TASK DIRECTIONS
Each line from the opening of the records that follow to the line with "0, 0), (1, 0, 0)))" needs to be written out exactly. Add nothing.

DATASET EXCERPTS

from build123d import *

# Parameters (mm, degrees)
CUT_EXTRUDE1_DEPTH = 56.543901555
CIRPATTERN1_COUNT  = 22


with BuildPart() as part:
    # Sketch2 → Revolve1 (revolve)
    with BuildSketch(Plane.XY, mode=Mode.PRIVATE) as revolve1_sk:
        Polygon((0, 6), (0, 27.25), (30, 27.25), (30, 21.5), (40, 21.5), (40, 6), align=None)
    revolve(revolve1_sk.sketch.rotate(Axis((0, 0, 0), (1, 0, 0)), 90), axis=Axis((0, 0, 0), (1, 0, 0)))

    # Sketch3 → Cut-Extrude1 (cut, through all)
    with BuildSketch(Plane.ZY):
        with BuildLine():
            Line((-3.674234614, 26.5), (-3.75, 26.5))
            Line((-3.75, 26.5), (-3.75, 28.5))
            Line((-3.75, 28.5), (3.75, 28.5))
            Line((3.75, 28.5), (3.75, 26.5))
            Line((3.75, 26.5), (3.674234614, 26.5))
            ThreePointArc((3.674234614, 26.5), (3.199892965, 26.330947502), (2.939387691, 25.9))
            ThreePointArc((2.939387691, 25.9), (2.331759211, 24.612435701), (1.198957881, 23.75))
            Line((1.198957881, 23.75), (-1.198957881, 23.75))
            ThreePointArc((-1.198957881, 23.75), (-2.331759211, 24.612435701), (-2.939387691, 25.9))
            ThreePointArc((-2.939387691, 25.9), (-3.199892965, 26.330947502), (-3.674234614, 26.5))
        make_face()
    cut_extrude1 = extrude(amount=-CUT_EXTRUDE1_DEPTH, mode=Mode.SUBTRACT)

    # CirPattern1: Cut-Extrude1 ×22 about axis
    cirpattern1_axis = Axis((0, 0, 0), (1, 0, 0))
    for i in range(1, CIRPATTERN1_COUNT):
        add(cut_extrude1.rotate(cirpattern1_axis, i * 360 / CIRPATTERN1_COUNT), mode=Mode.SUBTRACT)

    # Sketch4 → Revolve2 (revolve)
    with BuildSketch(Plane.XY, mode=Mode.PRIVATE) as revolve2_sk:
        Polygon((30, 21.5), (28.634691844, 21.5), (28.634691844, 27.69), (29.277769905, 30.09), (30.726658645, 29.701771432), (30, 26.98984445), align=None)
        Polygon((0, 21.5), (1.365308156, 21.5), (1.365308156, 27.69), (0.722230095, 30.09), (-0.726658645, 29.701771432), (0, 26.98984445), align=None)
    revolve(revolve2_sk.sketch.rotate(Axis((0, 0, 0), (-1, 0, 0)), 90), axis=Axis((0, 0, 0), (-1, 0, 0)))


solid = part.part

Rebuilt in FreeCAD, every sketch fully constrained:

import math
import FreeCAD as App
import Part
import Sketcher
Q = App.Units.Quantity

doc = App.newDocument("Part")
body = doc.addObject("PartDesign::Body", "Body")

sketch1 = body.newObject("Sketcher::SketchObject", "Sketch")
sketch1.AttachmentSupport = (doc.getObject("XY_Plane"), [""])
sketch1.MapMode = "FlatFace"
sketch1.addGeometry([
    Part.LineSegment(App.Vector(0, 27, 0), App.Vector(0, 6, 0)),
    Part.LineSegment(App.Vector(0, 6, 0), App.Vector(40, 6, 0)),
    Part.LineSegment(App.Vector(40, 6, 0), App.Vector(40, 22, 0)),
    Part.LineSegment(App.Vector(40, 22, 0), App.Vector(30, 22, 0)),
    Part.LineSegment(App.Vector(30, 22, 0), App.Vector(30, 27, 0)),
    Part.LineSegment(App.Vector(30, 27, 0), App.Vector(0, 27, 0)),
], False)
sketch1.addConstraint([
    Sketcher.Constraint("Coincident", 0, 2, 1, 1),
    Sketcher.Constraint("Coincident", 1, 2, 2, 1),
    Sketcher.Constraint("Coincident", 2, 2, 3, 1),
    Sketcher.Constraint("Coincident", 3, 2, 4, 1),
    Sketcher.Constraint("Coincident", 4, 2, 5, 1),
    Sketcher.Constraint("Coincident", 5, 2, 0, 1),
    Sketcher.Constraint("Vertical", 0),
    Sketcher.Constraint("Horizontal", 1),
    Sketcher.Constraint("Vertical", 2),
    Sketcher.Constraint("Horizontal", 3),
    Sketcher.Constraint("Vertical", 4),
    Sketcher.Constraint("Horizontal", 5),
    Sketcher.Constraint("PointOnObject", 0, 2, -2),
    Sketcher.Constraint("DistanceX", 1, 1, 1, 2, 40.0),
    Sketcher.Constraint("DistanceX", 3, 2, 3, 1, 10.0),
    Sketcher.Constraint("DistanceY", 2, 1, 2, 2, 15.5),
    Sketcher.Constraint("DistanceY", -1, 1, 0, 2, 6.0),
    Sketcher.Constraint("DistanceY", 0, 2, 0, 1, 21.25),
])
revolution = body.newObject("PartDesign::Revolution", "Revolution")
revolution.Profile = sketch1
revolution.ReferenceAxis = (sketch1, ["H_Axis"])
revolution.Angle = 360

sketch2 = body.newObject("Sketcher::SketchObject", "Sketch001")
sketch2.AttachmentSupport = (doc.getObject("YZ_Plane"), [""])
sketch2.MapMode = "FlatFace"
sketch2.addGeometry([
    Part.LineSegment(App.Vector(26.5, -3.75, 0), App.Vector(26.5, -3.67, 0)),
    Part.ArcOfCircle(Part.Circle(App.Vector(25.75, -3.67, 0), App.Vector(0, 0, 1), 0.75), math.radians(0), math.radians(78)),
    Part.ArcOfCircle(Part.Circle(App.Vector(26.5, 0, 0), App.Vector(0, 0, 1), 3), math.radians(-156), math.radians(-102)),
    Part.LineSegment(App.Vector(23.75, -1.2, 0), App.Vector(23.75, 1.2, 0)),
    Part.ArcOfCircle(Part.Circle(App.Vector(26.5, 0, 0), App.Vector(0, 0, 1), 3), math.radians(102), math.radians(156)),
    Part.ArcOfCircle(Part.Circle(App.Vector(25.75, 3.67, 0), App.Vector(0, 0, 1), 0.75), math.radians(-78), math.radians(0)),
    Part.LineSegment(App.Vector(26.5, 3.67, 0), App.Vector(26.5, 3.75, 0)),
    Part.LineSegment(App.Vector(26.5, 3.75, 0), App.Vector(28.5, 3.75, 0)),
    Part.LineSegment(App.Vector(28.5, 3.75, 0), App.Vector(28.5, -3.75, 0)),
    Part.LineSegment(App.Vector(28.5, -3.75, 0), App.Vector(26.5, -3.75, 0)),
], False)
sketch2.addConstraint([
    Sketcher.Constraint("Tangent", 0, 2, 1, 1),
    Sketcher.Constraint("Tangent", 1, 2, 2, 2),
    Sketcher.Constraint("Coincident", 2, 1, 3, 1),
    Sketcher.Constraint("Coincident", 3, 2, 4, 2),
    Sketcher.Constraint("Tangent", 4, 1, 5, 1),
    Sketcher.Constraint("Tangent", 5, 2, 6, 1),
    Sketcher.Constraint("Coincident", 6, 2, 7, 1),
    Sketcher.Constraint("Coincident", 7, 2, 8, 1),
    Sketcher.Constraint("Coincident", 8, 2, 9, 1),
    Sketcher.Constraint("Coincident", 9, 2, 0, 1),
    Sketcher.Constraint("Vertical", 0),
    Sketcher.Constraint("Vertical", 3),
    Sketcher.Constraint("Vertical", 6),
    Sketcher.Constraint("Horizontal", 7),
    Sketcher.Constraint("Vertical", 8),
    Sketcher.Constraint("Horizontal", 9),
    Sketcher.Constraint("Coincident", 4, 3, 2, 3),
    Sketcher.Constraint("Equal", 2, 4),
    Sketcher.Constraint("Equal", 1, 5),
    Sketcher.Constraint("Symmetric", 1, 3, 5, 3, -1),
    Sketcher.Constraint("Vertical", 4, 3, 0, 2),
    Sketcher.Constraint("Equal", 0, 6),
    Sketcher.Constraint("Radius", 2, 3.0),
    Sketcher.Constraint("DistanceX", 7, 1, 7, 2, 2.0),
    Sketcher.Constraint("Radius", 1, 0.75),
    Sketcher.Constraint("DistanceY", 8, 2, 8, 1, 7.5),
    Sketcher.Constraint("DistanceX", 2, 1, 1, 3, 2.0),
    Sketcher.Constraint("DistanceX", -1, 1, 2, 3, 26.5),
])
pocket1 = body.newObject("PartDesign::Pocket", "Pocket")
pocket1.Profile = sketch2
pocket1.Type = "ThroughAll"
pocket1.Reversed = True
doc.recompute()

polarpattern = body.newObject("PartDesign::PolarPattern", "PolarPattern")
polarpattern.Originals = [pocket1]
polarpattern.Axis = (doc.getObject("X_Axis"), [""])
polarpattern.Angle = 360
polarpattern.Occurrences = 22
body.Tip = polarpattern

sketch3 = body.newObject("Sketcher::SketchObject", "Sketch002")
sketch3.AttachmentSupport = (doc.getObject("XY_Plane"), [""])
sketch3.MapMode = "FlatFace"
sketch3.addGeometry([
    Part.LineSegment(App.Vector(28.6, 21.5, 0), App.Vector(30, 21.5, 0)),
    Part.LineSegment(App.Vector(30, 21.5, 0), App.Vector(30, 27, 0)),
    Part.LineSegment(App.Vector(30, 27, 0), App.Vector(30.7, 29.7, 0)),
    Part.LineSegment(App.Vector(30.7, 29.7, 0), App.Vector(29.3, 30.1, 0)),
    Part.LineSegment(App.Vector(29.3, 30.1, 0), App.Vector(28.6, 27.7, 0)),
    Part.LineSegment(App.Vector(28.6, 27.7, 0), App.Vector(28.6, 21.5, 0)),
    Part.LineSegment(App.Vector(0, 21.5, 0), App.Vector(1.4, 21.5, 0)),
    Part.LineSegment(App.Vector(1.4, 21.5, 0), App.Vector(1.4, 27.7, 0)),
    Part.LineSegment(App.Vector(1.4, 27.7, 0), App.Vector(0.7, 30.1, 0)),
    Part.LineSegment(App.Vector(0.7, 30.1, 0), App.Vector(-0.7, 29.7, 0)),
    Part.LineSegment(App.Vector(-0.7, 29.7, 0), App.Vector(0, 27, 0)),
    Part.LineSegment(App.Vector(0, 27, 0), App.Vector(0, 21.5, 0)),
], False)
sketch3.addConstraint([
    Sketcher.Constraint("Coincident", 0, 2, 1, 1),
    Sketcher.Constraint("Coincident", 1, 2, 2, 1),
    Sketcher.Constraint("Coincident", 2, 2, 3, 1),
    Sketcher.Constraint("Coincident", 3, 2, 4, 1),
    Sketcher.Constraint("Coincident", 4, 2, 5, 1),
    Sketcher.Constraint("Coincident", 5, 2, 0, 1),
    Sketcher.Constraint("Coincident", 6, 2, 7, 1),
    Sketcher.Constraint("Coincident", 7, 2, 8, 1),
    Sketcher.Constraint("Coincident", 8, 2, 9, 1),
    Sketcher.Constraint("Coincident", 9, 2, 10, 1),
    Sketcher.Constraint("Coincident", 10, 2, 11, 1),
    Sketcher.Constraint("Coincident", 11, 2, 6, 1),
    Sketcher.Constraint("Horizontal", 0),
    Sketcher.Constraint("Vertical", 1),
    Sketcher.Constraint("Vertical", 5),
    Sketcher.Constraint("Horizontal", 6),
    Sketcher.Constraint("Vertical", 7),
    Sketcher.Constraint("Vertical", 11),
    Sketcher.Constraint("PointOnObject", 10, 2, -2),
    Sketcher.Constraint("Perpendicular", 2, 3),
    Sketcher.Constraint("Perpendicular", 3, 4),
    Sketcher.Constraint("Perpendicular", 8, 9),
    Sketcher.Constraint("Perpendicular", 9, 10),
    Sketcher.Constraint("Horizontal", 5, 2, 6, 2),
    Sketcher.Constraint("Horizontal", 4, 2, 7, 2),
    Sketcher.Constraint("Horizontal", 3, 2, 8, 2),
    Sketcher.Constraint("Horizontal", 2, 2, 9, 2),
    Sketcher.Constraint("Horizontal", 1, 2, 10, 2),
    Sketcher.Constraint("Equal", 0, 6),
    Sketcher.Constraint("Angle", 2, Q("75 deg")),
    Sketcher.Constraint("DistanceX", -1, 1, 0, 2, 30.0),
    Sketcher.Constraint("Distance", 3, 1.5),
    Sketcher.Constraint("DistanceY", 5, 2, 5, 1, 6.19),
    Sketcher.Constraint("DistanceY", -1, 1, 0, 2, 21.5),
    Sketcher.Constraint("DistanceY", 4, 2, 3, 2, 2.4),
    Sketcher.Constraint("DistanceX", 0, 1, 0, 2, 1.365308),
])
revolution2 = body.newObject("PartDesign::Revolution", "Revolution001")
revolution2.Profile = sketch3
revolution2.ReferenceAxis = (sketch3, ["H_Axis"])
revolution2.Angle = 360

doc.recompute()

OUTPUT FOR THIS TASK
from build123d import *

# Parameters (mm, degrees)
CUT_EXTRUDE1_DEPTH = 56.543901555
CIRPATTERN1_COUNT  = 22


with BuildPart() as part:
    # Sketch2 → Revolve1 (revolve)
    with BuildSketch(Plane.XY, mode=Mode.PRIVATE) as revolve1_sk:
        Polygon((0, 6), (0, 27.25), (30, 27.25), (30, 21.5), (40, 21.5), (40, 6), align=None)
    revolve(revolve1_sk.sketch.rotate(Axis((0, 0, 0), (1, 0, 0)), 90), axis=Axis((0, 0, 0), (1, 0, 0)))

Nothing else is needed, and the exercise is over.